Another Hidden Role Model

1 09 2010

My role model is the night janitor.  Carson sweeps the floors, picks up trash, and cleans up spills and stains throughout the 7th grade hallway.  He does an excellent job and typically offers to do more than he is expected to do.

Beyond his work, Carson cares about the people he serves, and he exhibits a consistently positive attitude.  I don’t know if he truly enjoys his work, but you wouldn’t know it if he didn’t.  He is consummately kind to the students and teachers in the hallway.  And as a result, he is well-liked and respected by everyone who has met him.  Last Christmas, he bought me a Rhonda Vincent CD because he knew how much I like Alison Krauss, and we do not have any sort of gift exchange program here.  He’s just like that.  He’ll leave notes on my desk randomly, always encouraging in some way.  The guy serves well — with breadth and depth.

Here’s a glimpse of a card he wrote for me last week: “Thank you for allowing me to serve you these past 2+ years.  I hope you will be accepting my work during this school year as well… Remember that a man’s true strength is wisdom, and you should share it freely…”  Then the card concludes with a beautiful, lengthy prayer for me to be a great teacher this year.  He could be the school chaplain and minister less. Amazing.

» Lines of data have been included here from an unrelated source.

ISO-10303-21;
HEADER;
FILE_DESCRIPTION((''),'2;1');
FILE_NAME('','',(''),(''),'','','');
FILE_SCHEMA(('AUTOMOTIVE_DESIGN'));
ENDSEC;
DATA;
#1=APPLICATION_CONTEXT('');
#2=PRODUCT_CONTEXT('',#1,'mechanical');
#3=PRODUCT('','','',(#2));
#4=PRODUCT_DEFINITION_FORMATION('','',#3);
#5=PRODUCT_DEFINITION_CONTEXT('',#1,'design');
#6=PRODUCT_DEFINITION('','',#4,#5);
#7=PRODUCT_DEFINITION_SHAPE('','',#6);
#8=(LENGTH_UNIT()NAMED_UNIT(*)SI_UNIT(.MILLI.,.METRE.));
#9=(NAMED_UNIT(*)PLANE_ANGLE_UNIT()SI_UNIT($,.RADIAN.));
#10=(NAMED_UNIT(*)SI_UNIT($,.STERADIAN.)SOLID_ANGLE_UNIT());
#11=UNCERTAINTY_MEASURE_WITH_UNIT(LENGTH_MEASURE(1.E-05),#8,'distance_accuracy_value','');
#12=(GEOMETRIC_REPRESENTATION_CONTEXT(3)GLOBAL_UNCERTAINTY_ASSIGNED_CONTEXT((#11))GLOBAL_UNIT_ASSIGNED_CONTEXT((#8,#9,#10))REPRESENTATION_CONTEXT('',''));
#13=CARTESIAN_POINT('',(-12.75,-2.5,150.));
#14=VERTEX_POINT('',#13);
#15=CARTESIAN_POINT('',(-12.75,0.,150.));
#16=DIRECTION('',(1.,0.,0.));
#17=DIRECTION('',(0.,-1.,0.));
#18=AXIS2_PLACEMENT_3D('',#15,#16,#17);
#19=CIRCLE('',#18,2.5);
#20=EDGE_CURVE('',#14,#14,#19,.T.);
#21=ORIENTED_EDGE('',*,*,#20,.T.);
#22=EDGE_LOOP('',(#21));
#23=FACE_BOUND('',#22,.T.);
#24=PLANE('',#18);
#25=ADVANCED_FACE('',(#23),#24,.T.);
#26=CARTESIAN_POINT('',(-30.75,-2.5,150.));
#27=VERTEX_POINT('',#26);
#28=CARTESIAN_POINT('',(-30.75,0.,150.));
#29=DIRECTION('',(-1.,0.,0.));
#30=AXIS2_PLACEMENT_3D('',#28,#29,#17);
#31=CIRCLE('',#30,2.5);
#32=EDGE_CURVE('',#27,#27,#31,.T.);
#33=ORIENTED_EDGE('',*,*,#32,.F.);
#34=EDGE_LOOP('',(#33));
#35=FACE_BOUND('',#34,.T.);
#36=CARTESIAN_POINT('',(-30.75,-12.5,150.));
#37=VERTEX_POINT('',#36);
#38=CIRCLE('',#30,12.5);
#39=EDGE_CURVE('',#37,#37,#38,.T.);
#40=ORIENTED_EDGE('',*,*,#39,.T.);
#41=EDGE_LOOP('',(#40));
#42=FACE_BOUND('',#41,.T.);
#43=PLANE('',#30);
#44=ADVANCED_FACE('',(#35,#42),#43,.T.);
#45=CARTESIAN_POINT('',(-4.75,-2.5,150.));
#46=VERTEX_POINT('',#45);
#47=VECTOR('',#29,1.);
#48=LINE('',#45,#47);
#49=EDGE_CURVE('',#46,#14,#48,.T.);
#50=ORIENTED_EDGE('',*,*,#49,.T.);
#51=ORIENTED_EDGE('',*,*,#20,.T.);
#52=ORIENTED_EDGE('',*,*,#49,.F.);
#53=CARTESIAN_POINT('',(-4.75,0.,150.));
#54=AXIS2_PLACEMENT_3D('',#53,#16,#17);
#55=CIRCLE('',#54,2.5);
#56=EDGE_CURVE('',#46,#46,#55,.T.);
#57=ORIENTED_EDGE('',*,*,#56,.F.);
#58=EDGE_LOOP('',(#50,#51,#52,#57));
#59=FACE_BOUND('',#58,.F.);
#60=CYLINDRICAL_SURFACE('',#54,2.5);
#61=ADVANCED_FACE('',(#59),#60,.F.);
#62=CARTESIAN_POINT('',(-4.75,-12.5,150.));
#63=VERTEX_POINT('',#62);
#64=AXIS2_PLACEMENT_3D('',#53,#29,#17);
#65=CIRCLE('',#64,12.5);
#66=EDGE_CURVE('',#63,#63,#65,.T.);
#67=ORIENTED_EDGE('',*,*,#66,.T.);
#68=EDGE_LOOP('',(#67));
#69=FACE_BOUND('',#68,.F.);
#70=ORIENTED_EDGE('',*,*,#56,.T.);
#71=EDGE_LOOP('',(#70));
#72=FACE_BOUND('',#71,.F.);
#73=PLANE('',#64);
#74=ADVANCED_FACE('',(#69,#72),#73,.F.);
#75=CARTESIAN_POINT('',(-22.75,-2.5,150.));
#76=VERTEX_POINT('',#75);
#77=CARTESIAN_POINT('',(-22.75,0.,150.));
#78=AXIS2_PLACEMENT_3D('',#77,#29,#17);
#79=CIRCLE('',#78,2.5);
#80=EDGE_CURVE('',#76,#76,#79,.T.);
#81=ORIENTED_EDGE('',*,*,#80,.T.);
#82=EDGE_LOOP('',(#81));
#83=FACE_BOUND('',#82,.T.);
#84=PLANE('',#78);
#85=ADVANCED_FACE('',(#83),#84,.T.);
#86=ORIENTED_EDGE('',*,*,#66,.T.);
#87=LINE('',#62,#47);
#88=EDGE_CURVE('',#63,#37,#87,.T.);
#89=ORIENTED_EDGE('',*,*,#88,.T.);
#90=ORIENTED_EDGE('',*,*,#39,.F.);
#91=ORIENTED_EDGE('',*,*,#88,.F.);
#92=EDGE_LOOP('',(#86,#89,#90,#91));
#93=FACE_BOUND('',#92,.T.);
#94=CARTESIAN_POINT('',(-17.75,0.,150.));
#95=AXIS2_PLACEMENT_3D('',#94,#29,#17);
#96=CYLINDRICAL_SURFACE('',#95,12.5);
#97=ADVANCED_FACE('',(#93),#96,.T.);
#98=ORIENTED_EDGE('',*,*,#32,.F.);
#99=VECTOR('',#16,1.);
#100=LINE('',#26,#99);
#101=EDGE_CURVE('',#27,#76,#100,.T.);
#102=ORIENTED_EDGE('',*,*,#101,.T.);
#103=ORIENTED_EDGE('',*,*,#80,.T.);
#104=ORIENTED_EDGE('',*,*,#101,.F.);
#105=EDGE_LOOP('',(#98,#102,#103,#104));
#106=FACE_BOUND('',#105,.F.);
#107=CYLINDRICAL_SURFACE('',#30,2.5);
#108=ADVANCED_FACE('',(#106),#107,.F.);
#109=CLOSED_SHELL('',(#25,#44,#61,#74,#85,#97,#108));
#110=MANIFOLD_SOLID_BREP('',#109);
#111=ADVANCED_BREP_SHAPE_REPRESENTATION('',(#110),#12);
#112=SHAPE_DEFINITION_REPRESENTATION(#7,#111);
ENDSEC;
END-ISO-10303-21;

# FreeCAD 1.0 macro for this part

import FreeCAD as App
import Part
import Sketcher
from FreeCAD import Vector
Q = App.Units.Quantity

doc = App.newDocument("Part")
body = doc.addObject("PartDesign::Body", "Body")

sketch1 = body.newObject("Sketcher::SketchObject", "Sketch")
sketch1.AttachmentSupport = (doc.getObject("XZ_Plane"), [""])
sketch1.MapMode = "FlatFace"
sketch1.addGeometry(Part.Circle(Vector(0, 0, 0), Vector(0, 0, 1), 12), False)
sketch1.addConstraint([
    Sketcher.Constraint("Coincident", 0, 3, -1, 1),
    Sketcher.Constraint("Diameter", 0, Q("25 mm")),
])
pad1 = body.newObject("PartDesign::Pad", "Pad")
pad1.Profile = sketch1
pad1.Length = 26
pad1.Midplane = True

sketch2 = body.newObject("Sketcher::SketchObject", "Sketch001")
sketch2.AttachmentSupport = (doc.getObject("XZ_Plane"), [""])
sketch2.MapMode = "FlatFace"
sketch2.AttachmentOffset = App.Placement(Vector(0, 0, 13), App.Rotation())
sketch2.addGeometry(Part.Circle(Vector(0, 0, 0), Vector(0, 0, 1), 2.5), False)
sketch2.addConstraint([
    Sketcher.Constraint("Coincident", 0, 3, -1, 1),
    Sketcher.Constraint("Diameter", 0, Q("5 mm")),
])
pocket1 = body.newObject("PartDesign::Pocket", "Pocket")
pocket1.Profile = sketch2
pocket1.Length = 8

sketch3 = body.newObject("Sketcher::SketchObject", "Sketch002")
sketch3.AttachmentSupport = (doc.getObject("XZ_Plane"), [""])
sketch3.MapMode = "FlatFace"
sketch3.AttachmentOffset = App.Placement(Vector(0, 0, -13), App.Rotation())
sketch3.addGeometry(Part.Circle(Vector(0, 0, 0), Vector(0, 0, 1), 2.5), False)
sketch3.addConstraint([
    Sketcher.Constraint("Coincident", 0, 3, -1, 1),
    Sketcher.Constraint("Diameter", 0, Q("5 mm")),
])
pocket2 = body.newObject("PartDesign::Pocket", "Pocket001")
pocket2.Profile = sketch3
pocket2.Length = 8
pocket2.Reversed = True
body2 = doc.addObject("PartDesign::Body", "Body001")
doc.recompute()

body.Placement = App.Placement(Vector(-17.75, 0, 150), App.Rotation(Vector(0, 0, 1), 270))
boolean = body2.newObject("PartDesign::Boolean", "Boolean")
boolean.Type = "Fuse"
boolean.addObjects([body])

doc.recompute()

Unfortunately, guys like Carson don’t make the news.  They are not heralded on stage.  they don’t win awards, and they are not on the cover of a magazine.  Ever.  And yet, it’s not that they need fame.  They are living richly without fame.  It’s just a shame that more people don’t have the privilege of witnessing a humble life well-lived.

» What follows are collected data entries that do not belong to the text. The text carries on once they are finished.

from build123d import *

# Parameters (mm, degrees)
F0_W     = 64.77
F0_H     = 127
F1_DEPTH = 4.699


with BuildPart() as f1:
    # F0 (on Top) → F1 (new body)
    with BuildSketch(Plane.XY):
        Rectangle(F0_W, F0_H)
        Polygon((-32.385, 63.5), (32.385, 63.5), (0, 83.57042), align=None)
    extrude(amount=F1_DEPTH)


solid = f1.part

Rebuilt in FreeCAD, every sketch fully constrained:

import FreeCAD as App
import Part
import Sketcher
Q = App.Units.Quantity

doc = App.newDocument("Part")
body = doc.addObject("PartDesign::Body", "Body")

sketch1 = body.newObject("Sketcher::SketchObject", "Sketch")
sketch1.AttachmentSupport = (doc.getObject("XY_Plane"), [""])
sketch1.MapMode = "FlatFace"
sketch1.addGeometry([
    Part.LineSegment(App.Vector(-32.385, 63.5, 0), App.Vector(-32.385, -63.5, 0)),
    Part.LineSegment(App.Vector(-32.385, -63.5, 0), App.Vector(32.385, -63.5, 0)),
    Part.LineSegment(App.Vector(32.385, -63.5, 0), App.Vector(32.385, 63.5, 0)),
    Part.LineSegment(App.Vector(32.385, 63.5, 0), App.Vector(0, 83.57042, 0)),
    Part.LineSegment(App.Vector(0, 83.57042, 0), App.Vector(-32.385, 63.5, 0)),
], False)
sketch1.addConstraint([
    Sketcher.Constraint("Coincident", 0, 2, 1, 1),
    Sketcher.Constraint("Coincident", 1, 2, 2, 1),
    Sketcher.Constraint("Coincident", 2, 2, 3, 1),
    Sketcher.Constraint("Coincident", 3, 2, 4, 1),
    Sketcher.Constraint("Coincident", 4, 2, 0, 1),
    Sketcher.Constraint("Vertical", 0),
    Sketcher.Constraint("Horizontal", 1),
    Sketcher.Constraint("Vertical", 2),
    Sketcher.Constraint("Symmetric", 0, 2, 2, 2, -1, 1),
    Sketcher.Constraint("PointOnObject", 3, 2, -2),
    Sketcher.Constraint("Horizontal", 2, 2, 4, 2),
    Sketcher.Constraint("DistanceY", 0, 2, 0, 1, Q("5 in")),
    Sketcher.Constraint("Distance", 3, Q("1.5 in")),
    Sketcher.Constraint("DistanceX", 1, 1, 1, 2, Q("2.55 in")),
])
pad1 = body.newObject("PartDesign::Pad", "Pad")
pad1.Profile = sketch1
pad1.Length = Q("0.185 in")

doc.recompute()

One of my old buddies from high school has become famous.  He has hosted Saturday Night Live twice, is on the cover of Rolling Stone this month with three gorgeous women, and has won some Emmy Awards and Golden Globes in the last few years.  I even saw him on a huge ad on the side of a bus last week.  He is THE rising male star in Hollywood, best known for his portrayal of Don Draper in the hit show Mad MenJon Hamm is a great guy.  He’s talented, intelligent, funny, good-looking, charming, and athletic.  He is kind to people and is quite “down-to-earth,” by all accounts.  I am happy for his success.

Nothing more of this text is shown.